Financial reform becomes law: The devil's in the details

There has been much cheerleading and jeering over the Dodd-Frank Wall Street Reform and Consumer Protection Act, signed into law by President Obama July 21, coming from those that have been supporting/opposing the effort all along. However, those whose job it is to provide a more measured analysis of the law are less certain of its ramifications. A lot of details have been passed over in legislation and are to be fleshed out in the regulatory rulemaking process. In fact, to implement the Act, the CFTC released a list of rulemaking for over the counter derivatives that included 30 different categories.

While this would be the case to a certain extent with any such large legislative effort, it appears doubly so in this instance. “I don’t think there is any question that just about every time they could not get unanimity on a particular term they said ‘OK we are going to fob it off.’ Yes there is going to be a lot of rulemaking,” says former Commodity Futures Trading Commission (CFTC) Chairman Philip McBride Johnson, of counsel for Skadden Arps.

“There are two levels of this. First there is the normal rulemaking that follows all legislation but in this case in spades.
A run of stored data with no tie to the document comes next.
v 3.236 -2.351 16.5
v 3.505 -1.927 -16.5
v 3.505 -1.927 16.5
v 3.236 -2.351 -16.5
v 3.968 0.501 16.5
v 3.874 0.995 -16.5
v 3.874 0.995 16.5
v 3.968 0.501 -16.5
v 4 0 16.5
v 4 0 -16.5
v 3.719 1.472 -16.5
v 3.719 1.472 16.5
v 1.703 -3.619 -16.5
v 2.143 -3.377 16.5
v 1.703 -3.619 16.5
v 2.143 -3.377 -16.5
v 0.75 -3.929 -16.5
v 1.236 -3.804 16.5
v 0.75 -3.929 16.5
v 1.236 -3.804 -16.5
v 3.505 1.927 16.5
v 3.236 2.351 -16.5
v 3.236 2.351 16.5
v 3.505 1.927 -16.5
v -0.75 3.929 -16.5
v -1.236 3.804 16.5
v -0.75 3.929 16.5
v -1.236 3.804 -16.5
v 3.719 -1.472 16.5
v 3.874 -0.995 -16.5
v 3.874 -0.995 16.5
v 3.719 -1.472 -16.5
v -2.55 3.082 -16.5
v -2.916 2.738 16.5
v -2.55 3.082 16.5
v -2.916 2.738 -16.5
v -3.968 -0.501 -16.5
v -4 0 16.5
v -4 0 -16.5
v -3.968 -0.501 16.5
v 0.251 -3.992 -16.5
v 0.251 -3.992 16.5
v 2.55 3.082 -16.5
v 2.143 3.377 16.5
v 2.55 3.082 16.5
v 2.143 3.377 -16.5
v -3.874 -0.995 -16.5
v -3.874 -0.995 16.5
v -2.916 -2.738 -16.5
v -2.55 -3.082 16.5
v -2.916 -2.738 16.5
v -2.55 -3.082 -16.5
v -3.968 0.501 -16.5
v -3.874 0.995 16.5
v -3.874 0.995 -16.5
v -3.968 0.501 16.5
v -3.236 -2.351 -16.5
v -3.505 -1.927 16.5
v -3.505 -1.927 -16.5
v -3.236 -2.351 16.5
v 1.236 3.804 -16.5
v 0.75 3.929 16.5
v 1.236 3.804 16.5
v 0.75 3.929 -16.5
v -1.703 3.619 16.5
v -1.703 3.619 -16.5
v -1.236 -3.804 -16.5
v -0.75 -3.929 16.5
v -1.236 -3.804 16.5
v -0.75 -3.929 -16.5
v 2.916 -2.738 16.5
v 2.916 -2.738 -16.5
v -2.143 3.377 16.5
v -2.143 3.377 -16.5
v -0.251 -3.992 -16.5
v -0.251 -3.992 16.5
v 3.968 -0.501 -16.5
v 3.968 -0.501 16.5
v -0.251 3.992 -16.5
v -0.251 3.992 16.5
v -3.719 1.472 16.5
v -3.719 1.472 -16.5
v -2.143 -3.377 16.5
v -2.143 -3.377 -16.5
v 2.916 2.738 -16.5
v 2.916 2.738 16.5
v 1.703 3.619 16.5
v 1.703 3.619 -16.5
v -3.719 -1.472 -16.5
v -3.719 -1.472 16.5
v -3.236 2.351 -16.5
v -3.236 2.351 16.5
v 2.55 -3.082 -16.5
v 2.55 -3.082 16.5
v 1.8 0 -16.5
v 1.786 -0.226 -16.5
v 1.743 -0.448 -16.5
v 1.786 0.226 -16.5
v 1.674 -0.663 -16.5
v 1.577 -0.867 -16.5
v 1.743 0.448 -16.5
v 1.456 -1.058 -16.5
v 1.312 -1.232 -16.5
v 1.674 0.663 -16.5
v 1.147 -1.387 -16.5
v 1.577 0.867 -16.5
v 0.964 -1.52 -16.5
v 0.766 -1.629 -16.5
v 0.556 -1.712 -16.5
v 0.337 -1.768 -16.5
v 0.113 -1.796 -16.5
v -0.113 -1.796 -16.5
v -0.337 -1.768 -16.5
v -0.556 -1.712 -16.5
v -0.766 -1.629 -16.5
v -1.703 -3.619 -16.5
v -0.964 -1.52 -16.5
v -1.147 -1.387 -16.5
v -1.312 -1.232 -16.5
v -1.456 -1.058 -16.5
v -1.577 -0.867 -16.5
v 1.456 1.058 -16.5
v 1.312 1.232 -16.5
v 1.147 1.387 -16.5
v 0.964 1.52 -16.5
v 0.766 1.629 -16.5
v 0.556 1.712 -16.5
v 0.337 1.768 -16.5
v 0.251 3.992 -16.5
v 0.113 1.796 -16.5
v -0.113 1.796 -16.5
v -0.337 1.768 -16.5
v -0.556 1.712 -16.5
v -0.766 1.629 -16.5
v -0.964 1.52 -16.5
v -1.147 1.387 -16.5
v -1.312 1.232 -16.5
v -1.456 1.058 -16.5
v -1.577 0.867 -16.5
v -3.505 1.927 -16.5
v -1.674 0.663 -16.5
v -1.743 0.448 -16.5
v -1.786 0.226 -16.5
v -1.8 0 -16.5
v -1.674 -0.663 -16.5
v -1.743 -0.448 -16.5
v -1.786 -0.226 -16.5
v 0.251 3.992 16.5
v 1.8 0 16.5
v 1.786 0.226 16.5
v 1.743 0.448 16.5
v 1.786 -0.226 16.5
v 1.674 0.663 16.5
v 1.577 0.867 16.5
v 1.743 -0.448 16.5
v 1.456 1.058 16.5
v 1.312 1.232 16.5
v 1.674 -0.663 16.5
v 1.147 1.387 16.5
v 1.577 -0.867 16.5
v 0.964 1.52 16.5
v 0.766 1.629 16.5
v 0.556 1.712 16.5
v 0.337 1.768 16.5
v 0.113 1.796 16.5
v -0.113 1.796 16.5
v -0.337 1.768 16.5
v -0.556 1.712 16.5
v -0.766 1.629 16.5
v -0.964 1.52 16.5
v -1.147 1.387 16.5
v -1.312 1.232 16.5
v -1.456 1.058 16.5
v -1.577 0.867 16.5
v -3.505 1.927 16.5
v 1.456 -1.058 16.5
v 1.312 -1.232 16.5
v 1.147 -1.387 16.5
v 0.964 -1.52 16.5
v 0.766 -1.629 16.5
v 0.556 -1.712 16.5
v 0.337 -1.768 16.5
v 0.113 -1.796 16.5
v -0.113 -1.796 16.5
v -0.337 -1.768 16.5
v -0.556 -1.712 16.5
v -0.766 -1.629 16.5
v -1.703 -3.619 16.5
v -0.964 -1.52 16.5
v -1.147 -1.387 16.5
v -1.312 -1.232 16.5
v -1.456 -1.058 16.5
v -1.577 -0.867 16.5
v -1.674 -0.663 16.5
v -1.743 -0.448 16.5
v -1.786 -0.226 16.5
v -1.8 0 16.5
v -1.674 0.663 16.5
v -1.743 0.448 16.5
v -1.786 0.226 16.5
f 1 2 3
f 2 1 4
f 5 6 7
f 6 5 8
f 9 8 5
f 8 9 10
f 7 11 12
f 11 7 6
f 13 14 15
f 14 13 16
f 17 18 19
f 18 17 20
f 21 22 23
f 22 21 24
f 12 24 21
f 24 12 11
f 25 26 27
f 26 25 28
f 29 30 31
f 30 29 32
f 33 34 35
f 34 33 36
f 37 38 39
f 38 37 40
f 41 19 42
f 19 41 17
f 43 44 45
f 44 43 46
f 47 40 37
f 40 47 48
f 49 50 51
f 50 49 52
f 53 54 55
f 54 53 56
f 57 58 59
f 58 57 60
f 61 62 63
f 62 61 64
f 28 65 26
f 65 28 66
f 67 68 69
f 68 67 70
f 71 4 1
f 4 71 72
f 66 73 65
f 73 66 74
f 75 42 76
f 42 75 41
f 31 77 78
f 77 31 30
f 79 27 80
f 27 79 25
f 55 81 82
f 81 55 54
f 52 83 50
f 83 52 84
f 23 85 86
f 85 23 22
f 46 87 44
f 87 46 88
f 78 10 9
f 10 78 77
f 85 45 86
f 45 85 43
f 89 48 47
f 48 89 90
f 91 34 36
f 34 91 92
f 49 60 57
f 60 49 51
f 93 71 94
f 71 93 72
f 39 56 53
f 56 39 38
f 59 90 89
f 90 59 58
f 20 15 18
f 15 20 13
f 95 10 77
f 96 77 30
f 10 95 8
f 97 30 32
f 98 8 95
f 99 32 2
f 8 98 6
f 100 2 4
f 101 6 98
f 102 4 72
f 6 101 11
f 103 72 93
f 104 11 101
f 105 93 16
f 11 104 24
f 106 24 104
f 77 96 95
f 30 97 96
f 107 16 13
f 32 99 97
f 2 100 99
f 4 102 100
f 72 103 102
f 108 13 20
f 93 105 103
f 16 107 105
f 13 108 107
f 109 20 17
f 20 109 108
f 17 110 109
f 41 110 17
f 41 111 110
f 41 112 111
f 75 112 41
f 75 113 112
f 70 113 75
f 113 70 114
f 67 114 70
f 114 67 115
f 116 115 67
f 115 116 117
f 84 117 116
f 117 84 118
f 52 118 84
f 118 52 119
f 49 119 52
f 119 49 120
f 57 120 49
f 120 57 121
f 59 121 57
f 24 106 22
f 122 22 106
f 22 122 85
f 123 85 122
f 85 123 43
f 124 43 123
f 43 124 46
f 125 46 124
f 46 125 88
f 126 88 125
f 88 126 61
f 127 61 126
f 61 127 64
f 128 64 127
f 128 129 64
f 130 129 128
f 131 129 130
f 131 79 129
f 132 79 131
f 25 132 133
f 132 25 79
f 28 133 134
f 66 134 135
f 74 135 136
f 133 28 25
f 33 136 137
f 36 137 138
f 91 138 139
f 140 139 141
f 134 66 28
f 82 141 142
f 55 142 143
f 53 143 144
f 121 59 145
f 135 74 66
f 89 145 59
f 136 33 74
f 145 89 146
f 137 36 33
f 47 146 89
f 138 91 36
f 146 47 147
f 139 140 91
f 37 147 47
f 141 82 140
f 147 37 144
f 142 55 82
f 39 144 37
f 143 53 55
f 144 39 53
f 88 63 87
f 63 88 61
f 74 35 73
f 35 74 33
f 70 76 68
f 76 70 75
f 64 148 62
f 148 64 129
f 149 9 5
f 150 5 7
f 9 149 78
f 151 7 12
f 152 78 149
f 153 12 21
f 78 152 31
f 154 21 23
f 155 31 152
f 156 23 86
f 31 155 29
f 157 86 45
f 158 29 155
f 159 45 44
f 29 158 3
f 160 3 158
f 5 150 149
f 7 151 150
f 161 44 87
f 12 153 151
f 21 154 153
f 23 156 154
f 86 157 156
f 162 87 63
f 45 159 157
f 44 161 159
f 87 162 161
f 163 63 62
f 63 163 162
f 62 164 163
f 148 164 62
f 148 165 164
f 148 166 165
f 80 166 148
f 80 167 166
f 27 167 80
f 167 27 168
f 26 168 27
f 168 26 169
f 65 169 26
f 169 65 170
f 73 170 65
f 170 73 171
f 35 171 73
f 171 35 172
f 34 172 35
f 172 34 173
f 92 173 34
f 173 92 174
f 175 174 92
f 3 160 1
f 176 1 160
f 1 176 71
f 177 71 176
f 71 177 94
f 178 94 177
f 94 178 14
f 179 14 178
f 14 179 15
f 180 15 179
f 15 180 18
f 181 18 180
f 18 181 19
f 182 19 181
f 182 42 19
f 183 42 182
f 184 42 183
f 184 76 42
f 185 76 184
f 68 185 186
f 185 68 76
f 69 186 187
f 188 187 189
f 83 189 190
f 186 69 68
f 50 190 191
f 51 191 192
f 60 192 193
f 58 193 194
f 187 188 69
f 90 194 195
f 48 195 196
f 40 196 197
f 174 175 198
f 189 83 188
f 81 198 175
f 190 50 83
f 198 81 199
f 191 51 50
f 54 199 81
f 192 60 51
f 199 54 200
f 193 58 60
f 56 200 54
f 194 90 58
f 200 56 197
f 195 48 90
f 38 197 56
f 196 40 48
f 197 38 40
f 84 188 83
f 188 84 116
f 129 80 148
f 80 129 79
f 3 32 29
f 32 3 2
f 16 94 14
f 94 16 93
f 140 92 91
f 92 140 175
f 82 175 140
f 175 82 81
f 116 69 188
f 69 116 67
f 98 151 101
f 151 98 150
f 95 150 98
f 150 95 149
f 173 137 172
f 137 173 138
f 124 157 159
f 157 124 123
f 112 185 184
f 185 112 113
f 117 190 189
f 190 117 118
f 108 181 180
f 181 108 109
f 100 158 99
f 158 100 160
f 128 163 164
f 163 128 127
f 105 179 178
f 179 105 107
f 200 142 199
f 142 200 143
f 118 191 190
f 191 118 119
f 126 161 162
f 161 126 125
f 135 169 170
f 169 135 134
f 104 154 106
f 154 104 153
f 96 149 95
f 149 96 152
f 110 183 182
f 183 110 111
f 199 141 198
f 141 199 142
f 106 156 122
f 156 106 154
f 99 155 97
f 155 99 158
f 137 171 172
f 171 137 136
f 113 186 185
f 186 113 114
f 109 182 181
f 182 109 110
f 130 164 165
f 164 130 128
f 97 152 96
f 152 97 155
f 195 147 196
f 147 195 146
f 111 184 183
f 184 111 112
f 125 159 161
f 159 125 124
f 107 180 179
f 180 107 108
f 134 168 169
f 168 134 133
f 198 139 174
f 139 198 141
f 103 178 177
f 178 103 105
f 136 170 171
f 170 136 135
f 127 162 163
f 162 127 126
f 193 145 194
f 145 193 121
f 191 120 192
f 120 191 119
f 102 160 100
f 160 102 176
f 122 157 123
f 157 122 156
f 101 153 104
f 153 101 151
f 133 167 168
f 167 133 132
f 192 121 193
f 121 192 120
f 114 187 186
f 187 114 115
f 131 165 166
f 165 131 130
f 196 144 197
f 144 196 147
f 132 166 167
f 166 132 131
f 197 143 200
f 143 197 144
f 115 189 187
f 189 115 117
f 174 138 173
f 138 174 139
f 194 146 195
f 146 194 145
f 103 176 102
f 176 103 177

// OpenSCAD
$fn = 50;


difference() {
	union() {
		translate(v = [0, 0, -16.5000000000]) {
			cylinder(h = 33, r = 4.0000000000);
		}
	}
	union() {
		#translate(v = [0, 0, -100.0000000000]) {
			cylinder(h = 200, r = 1.8000000000);
		}
	}
}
There are also certain provisions where the CFTC and SEC [Securities and Exchange Commission] are instructed to come up with parallel stuff — and we know how successful they have been [in working together],” Johnson jokes.
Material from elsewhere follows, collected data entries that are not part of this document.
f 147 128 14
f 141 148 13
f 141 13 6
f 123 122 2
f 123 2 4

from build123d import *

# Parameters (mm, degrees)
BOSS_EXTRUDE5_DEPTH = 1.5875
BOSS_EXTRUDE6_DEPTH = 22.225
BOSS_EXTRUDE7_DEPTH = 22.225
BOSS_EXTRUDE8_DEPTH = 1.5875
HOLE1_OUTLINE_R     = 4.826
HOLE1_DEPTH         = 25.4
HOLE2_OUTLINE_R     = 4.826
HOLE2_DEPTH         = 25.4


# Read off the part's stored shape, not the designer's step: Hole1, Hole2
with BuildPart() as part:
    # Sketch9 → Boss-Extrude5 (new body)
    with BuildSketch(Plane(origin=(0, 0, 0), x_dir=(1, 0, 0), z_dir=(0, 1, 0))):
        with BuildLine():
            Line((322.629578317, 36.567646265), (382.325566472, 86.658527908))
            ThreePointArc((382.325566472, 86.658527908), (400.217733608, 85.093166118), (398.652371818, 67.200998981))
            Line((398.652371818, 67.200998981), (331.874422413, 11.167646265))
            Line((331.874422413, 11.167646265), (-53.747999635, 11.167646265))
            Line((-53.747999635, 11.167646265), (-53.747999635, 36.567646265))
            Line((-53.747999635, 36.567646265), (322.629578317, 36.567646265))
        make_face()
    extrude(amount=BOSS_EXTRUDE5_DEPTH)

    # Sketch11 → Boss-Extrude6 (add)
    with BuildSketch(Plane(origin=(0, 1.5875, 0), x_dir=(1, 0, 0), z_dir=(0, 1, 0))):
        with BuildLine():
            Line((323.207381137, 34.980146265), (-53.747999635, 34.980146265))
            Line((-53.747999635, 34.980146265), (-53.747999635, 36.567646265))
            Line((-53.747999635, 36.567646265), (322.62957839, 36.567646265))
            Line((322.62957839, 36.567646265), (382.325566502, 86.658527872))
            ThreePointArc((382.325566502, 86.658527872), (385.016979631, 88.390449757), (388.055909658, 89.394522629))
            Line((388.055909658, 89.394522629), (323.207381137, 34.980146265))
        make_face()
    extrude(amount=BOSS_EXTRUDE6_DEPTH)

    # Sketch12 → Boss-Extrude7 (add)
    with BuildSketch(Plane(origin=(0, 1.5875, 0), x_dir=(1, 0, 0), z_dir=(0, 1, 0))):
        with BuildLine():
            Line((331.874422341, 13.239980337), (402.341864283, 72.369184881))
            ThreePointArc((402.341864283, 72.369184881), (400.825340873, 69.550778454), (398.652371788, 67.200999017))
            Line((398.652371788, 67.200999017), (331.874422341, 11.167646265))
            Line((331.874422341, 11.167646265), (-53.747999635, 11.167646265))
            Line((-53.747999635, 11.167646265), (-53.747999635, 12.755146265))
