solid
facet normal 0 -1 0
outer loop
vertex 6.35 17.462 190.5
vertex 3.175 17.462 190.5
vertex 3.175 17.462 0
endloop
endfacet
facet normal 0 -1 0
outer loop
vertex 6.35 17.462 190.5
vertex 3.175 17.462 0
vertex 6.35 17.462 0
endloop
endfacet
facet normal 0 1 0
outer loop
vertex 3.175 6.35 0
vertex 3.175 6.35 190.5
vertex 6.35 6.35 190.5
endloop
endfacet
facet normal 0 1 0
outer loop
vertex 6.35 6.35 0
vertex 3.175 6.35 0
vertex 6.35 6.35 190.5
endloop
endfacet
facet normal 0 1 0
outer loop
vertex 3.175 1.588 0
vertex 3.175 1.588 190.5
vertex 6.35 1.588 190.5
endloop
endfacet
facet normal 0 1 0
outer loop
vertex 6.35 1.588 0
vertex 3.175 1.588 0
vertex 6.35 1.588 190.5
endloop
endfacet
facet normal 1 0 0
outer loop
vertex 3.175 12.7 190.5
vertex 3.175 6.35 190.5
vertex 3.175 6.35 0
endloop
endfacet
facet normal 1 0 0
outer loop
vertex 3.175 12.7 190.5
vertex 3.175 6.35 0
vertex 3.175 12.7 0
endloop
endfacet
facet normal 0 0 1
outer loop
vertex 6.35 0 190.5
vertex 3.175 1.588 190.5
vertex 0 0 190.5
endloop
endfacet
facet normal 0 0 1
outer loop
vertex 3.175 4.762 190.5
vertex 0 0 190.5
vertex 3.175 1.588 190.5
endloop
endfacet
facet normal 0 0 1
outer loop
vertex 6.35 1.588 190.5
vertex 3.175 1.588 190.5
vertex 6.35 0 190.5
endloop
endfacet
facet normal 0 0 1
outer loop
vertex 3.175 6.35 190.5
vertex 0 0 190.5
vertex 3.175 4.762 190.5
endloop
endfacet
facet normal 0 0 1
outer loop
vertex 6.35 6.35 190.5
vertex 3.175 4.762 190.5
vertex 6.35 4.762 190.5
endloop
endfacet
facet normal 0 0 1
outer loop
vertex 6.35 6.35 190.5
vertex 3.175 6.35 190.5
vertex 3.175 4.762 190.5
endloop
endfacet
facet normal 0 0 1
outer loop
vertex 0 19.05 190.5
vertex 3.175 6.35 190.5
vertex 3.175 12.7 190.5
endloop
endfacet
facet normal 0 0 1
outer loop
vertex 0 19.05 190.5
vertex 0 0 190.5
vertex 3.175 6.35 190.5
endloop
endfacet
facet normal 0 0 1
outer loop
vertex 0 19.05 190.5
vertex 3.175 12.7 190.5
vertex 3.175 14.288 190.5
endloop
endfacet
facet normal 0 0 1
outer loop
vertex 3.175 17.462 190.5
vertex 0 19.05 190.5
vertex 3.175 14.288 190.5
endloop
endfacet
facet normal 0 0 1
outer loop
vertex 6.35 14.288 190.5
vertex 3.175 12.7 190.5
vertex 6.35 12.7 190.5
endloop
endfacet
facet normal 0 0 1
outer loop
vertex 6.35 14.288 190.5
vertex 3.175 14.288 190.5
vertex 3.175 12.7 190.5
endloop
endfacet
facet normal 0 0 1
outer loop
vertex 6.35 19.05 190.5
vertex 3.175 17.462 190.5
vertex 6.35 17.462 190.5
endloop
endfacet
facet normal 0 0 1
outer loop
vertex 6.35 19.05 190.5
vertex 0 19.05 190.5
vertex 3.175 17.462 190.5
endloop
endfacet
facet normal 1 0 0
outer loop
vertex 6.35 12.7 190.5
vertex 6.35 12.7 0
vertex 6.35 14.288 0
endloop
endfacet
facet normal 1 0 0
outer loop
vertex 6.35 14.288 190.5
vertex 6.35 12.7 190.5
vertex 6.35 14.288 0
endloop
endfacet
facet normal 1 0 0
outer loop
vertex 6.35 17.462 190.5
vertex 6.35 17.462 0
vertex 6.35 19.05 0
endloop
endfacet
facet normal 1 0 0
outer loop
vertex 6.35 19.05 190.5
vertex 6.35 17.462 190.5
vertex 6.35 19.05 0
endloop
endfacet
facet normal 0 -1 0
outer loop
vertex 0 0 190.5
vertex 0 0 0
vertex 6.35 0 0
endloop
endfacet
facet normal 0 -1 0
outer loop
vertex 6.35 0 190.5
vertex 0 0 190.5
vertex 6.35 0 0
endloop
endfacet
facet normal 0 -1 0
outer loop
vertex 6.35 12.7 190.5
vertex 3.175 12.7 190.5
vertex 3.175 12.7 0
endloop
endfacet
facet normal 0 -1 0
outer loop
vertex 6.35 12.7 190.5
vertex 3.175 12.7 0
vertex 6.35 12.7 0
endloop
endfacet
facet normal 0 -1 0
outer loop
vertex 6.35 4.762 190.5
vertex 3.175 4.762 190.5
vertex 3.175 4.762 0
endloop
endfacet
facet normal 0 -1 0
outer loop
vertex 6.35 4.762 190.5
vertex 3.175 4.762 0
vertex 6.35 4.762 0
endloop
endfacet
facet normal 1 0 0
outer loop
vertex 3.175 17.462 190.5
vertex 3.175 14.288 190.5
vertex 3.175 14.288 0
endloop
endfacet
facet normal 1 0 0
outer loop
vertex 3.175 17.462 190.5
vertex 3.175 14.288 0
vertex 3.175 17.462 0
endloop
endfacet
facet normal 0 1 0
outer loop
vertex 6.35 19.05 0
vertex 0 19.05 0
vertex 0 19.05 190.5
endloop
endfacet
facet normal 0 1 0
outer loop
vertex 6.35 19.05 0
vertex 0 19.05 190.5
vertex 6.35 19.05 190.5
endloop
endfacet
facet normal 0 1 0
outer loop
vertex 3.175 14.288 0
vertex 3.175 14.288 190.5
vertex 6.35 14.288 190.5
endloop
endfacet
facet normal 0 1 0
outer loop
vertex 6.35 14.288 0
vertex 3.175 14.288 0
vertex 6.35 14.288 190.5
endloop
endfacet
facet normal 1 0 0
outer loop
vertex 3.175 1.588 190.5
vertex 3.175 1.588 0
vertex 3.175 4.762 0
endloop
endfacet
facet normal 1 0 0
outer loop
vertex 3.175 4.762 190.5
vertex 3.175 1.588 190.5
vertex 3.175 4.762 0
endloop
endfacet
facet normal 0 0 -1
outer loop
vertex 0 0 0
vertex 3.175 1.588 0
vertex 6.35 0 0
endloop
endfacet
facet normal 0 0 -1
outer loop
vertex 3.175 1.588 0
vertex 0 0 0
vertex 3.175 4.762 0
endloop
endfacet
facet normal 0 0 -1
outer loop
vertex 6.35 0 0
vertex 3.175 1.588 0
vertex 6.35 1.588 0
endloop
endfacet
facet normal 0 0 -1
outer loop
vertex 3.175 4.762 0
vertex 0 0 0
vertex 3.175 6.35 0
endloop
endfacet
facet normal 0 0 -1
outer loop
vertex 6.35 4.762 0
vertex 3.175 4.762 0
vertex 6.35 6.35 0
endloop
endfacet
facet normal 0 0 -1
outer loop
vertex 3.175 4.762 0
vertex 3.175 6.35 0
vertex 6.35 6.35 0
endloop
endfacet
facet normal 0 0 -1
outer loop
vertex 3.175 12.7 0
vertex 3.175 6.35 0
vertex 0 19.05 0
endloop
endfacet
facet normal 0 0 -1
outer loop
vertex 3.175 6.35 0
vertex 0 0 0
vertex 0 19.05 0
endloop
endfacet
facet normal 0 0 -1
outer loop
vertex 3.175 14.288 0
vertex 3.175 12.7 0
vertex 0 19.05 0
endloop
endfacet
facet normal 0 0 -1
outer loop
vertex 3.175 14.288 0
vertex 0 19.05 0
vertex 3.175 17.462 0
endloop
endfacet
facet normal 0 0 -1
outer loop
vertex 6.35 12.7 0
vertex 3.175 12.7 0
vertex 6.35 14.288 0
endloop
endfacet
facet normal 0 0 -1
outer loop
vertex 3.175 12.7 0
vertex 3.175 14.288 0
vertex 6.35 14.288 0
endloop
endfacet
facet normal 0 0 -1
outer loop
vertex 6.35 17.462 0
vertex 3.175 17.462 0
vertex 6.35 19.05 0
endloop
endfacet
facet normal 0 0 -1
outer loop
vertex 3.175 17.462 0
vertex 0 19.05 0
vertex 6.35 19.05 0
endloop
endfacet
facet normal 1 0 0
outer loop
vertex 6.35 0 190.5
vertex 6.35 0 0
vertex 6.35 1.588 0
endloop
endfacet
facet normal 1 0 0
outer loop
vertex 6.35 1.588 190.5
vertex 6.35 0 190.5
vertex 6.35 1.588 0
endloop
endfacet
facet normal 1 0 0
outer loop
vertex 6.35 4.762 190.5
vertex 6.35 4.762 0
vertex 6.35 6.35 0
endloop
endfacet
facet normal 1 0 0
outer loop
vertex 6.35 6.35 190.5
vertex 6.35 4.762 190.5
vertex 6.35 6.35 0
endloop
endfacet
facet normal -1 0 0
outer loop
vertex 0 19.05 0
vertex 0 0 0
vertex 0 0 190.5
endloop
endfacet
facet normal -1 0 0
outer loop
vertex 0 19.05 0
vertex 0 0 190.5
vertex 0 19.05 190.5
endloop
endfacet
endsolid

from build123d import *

# Parameters (mm, degrees)
SKETCH1_W           = 6.35
SKETCH1_H           = 19.05
BOSS_EXTRUDE1_DEPTH = 190.5
CUT_EXTRUDE2_REACH  = 193.555
SKETCH3_W           = 3.175
SKETCH3_H           = 6.35
SKETCH3_H_2         = 3.175


with BuildPart() as part:
    # Sketch1 → Boss-Extrude1 (new body)
    with BuildSketch(Plane.XY):
        with Locations((3.175, 9.525)):
            Rectangle(SKETCH1_W, SKETCH1_H)
    extrude(amount=BOSS_EXTRUDE1_DEPTH)

    # Sketch3 → Cut-Extrude2 (cut, up to next)
    with BuildSketch(Plane.XY.offset(190.5), mode=Mode.PRIVATE) as cut_extrude2_sk1:
        with Locations((4.7625, 9.525)):
            Rectangle(SKETCH3_W, SKETCH3_H)
    cut_extrude2_tool1 = extrude(cut_extrude2_sk1.sketch, amount=-CUT_EXTRUDE2_REACH, mode=Mode.PRIVATE) & part.part
    # Sketch3 → Cut-Extrude2 (cut, up to next)
    with BuildSketch(Plane.XY.offset(190.5), mode=Mode.PRIVATE) as cut_extrude2_sk2:
        with Locations((4.7625, 15.875)):
            Rectangle(SKETCH3_W, SKETCH3_H_2)
    cut_extrude2_tool2 = extrude(cut_extrude2_sk2.sketch, amount=-CUT_EXTRUDE2_REACH, mode=Mode.PRIVATE) & part.part
    # Sketch3 → Cut-Extrude2 (cut, up to next)
    with BuildSketch(Plane.XY.offset(190.5), mode=Mode.PRIVATE) as cut_extrude2_sk3:
        with Locations((4.7625, 3.175)):
            Rectangle(SKETCH3_W, SKETCH3_H_2)
    cut_extrude2_tool3 = extrude(cut_extrude2_sk3.sketch, amount=-CUT_EXTRUDE2_REACH, mode=Mode.PRIVATE) & part.part
    add(cut_extrude2_tool1.solids().sort_by_distance((4.7625, 9.525, 190.5))[0], mode=Mode.SUBTRACT)
    add(cut_extrude2_tool2.solids().sort_by_distance((4.7625, 15.875, 190.5))[0], mode=Mode.SUBTRACT)
    add(cut_extrude2_tool3.solids().sort_by_distance((4.7625, 3.175, 190.5))[0], mode=Mode.SUBTRACT)


solid = part.part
While the bill touches on almost every facet of the financial industry, one area that has left traders particularly concerned is its impact on over-the-counter (OTC) derivatives.

“Standardized derivatives will be required to trade on open platforms and be submitted for clearing to central counterparties. This will greatly improve transparency and lower risk in the marketplace,” Gary Gensler, Chairman of the CFTC, said in a statement following the passage of the bill.

The act includes changes in OTC derivatives trading, and gives the regulatory agencies the authority to create new rules for swaps. “This is going to be a net positive for the exchanges regardless of the final details in the rules,” says Kevin McPartland, senior analyst at Tabb Group. “We don’t see a lot of the current swap business moving to an exchange-traded model, but with most of the clearinghouses at least partially owned by the exchanges, there’s going to be some huge benefit because the OTC clearing business will only grow over the next couple of years.”

Johnson agrees. “The exchanges are going to see a boatload of business from the intra-swap dealers. It is very good for the markets and very good for the exchanges.”

And once some OTC products are moved into the clearinghouse, it will attract more business to benefit from offsets. “It would be better to have these things symmetrical,” Johnson adds.

Paul Zubulake, senior analyst at Aite Group, sees OTC business only cleared on exchanges with executions happening on alternate sites. “It’s going to happen on the alternative swap facilities,” he says.

McPartland says the new rules will mean more transparency for traders. “We’ll see much more readily accessible electronic data for swaps trading. We’ve already seen new swap execution facilities announced and the existing platforms will only grow as trading will need to go through those platforms based on the product, so it should make the execution process a lot more transparent regardless of the [trading] venue,” he says.

The passage of the legislation is only the first step in the process, as the bill gives the CFTC and SEC authority to make the rules, which is a process that analysts say could take up to a year.

“The swap execution facility definition in the bill is very vague. What’s required from a reporting perspective and what products will be required for clearing [still need to be decided]. [The CFTC and SEC need] to handle the hundreds of products and the backlog of products that need to be examined to see if they need to be centrally cleared,” McPartland says.

Zubulake says gaps in regulation between the SEC and CFTC could create uncertainty with new products. “There’s still this divide about who gets what. The fragmented regulatory system is still inefficient,” he says.

And Johnson adds that the agencies’ track record on cooperation is not good. “There is an expectation that the two agencies will cooperate with each other far more than history would suggest.”

While there is a hedge exemption for commercial players in the new law, they will still be required to notify the CFTC as to how they plan to meet their obligations. It is unclear what the CFTC will be looking for or if they will hold back the exemption if they are weary of that commercial’s ability to meet their obligation.

McPartland says the rule-writing process could take six to 12 months with another six to 12 months of implementation time for everyone to comply with new rules. Ultimately, he predicts that the new regulatory order won’t be fully in place until 2012.

Jay Gould, head of the investment funds practice at Pillsbury, says, “It will be two to three years before everything is finally implemented. Even then, it will be tweaked and continue to be an ongoing source of lobbying efforts. The real details of the bill will be worked out in the administrative process.”

Bill Isaac, former FDIC chairman and a major critic of the TARP bailout, stated in a Forbes editorial that “The legislation does not address the major causes of the crisis, would not have prevented it from happening, and most certainly will not prevent the next crisis.”

Isaac’s biggest criticisms is that the Systematic Risk Council developed to identify systemic risk will be run by the Treasury, Federal Reserve and SEC who he faults with leading us into the crisis in the first place. Also that the five largest banking institutions will continue to be too big to fail.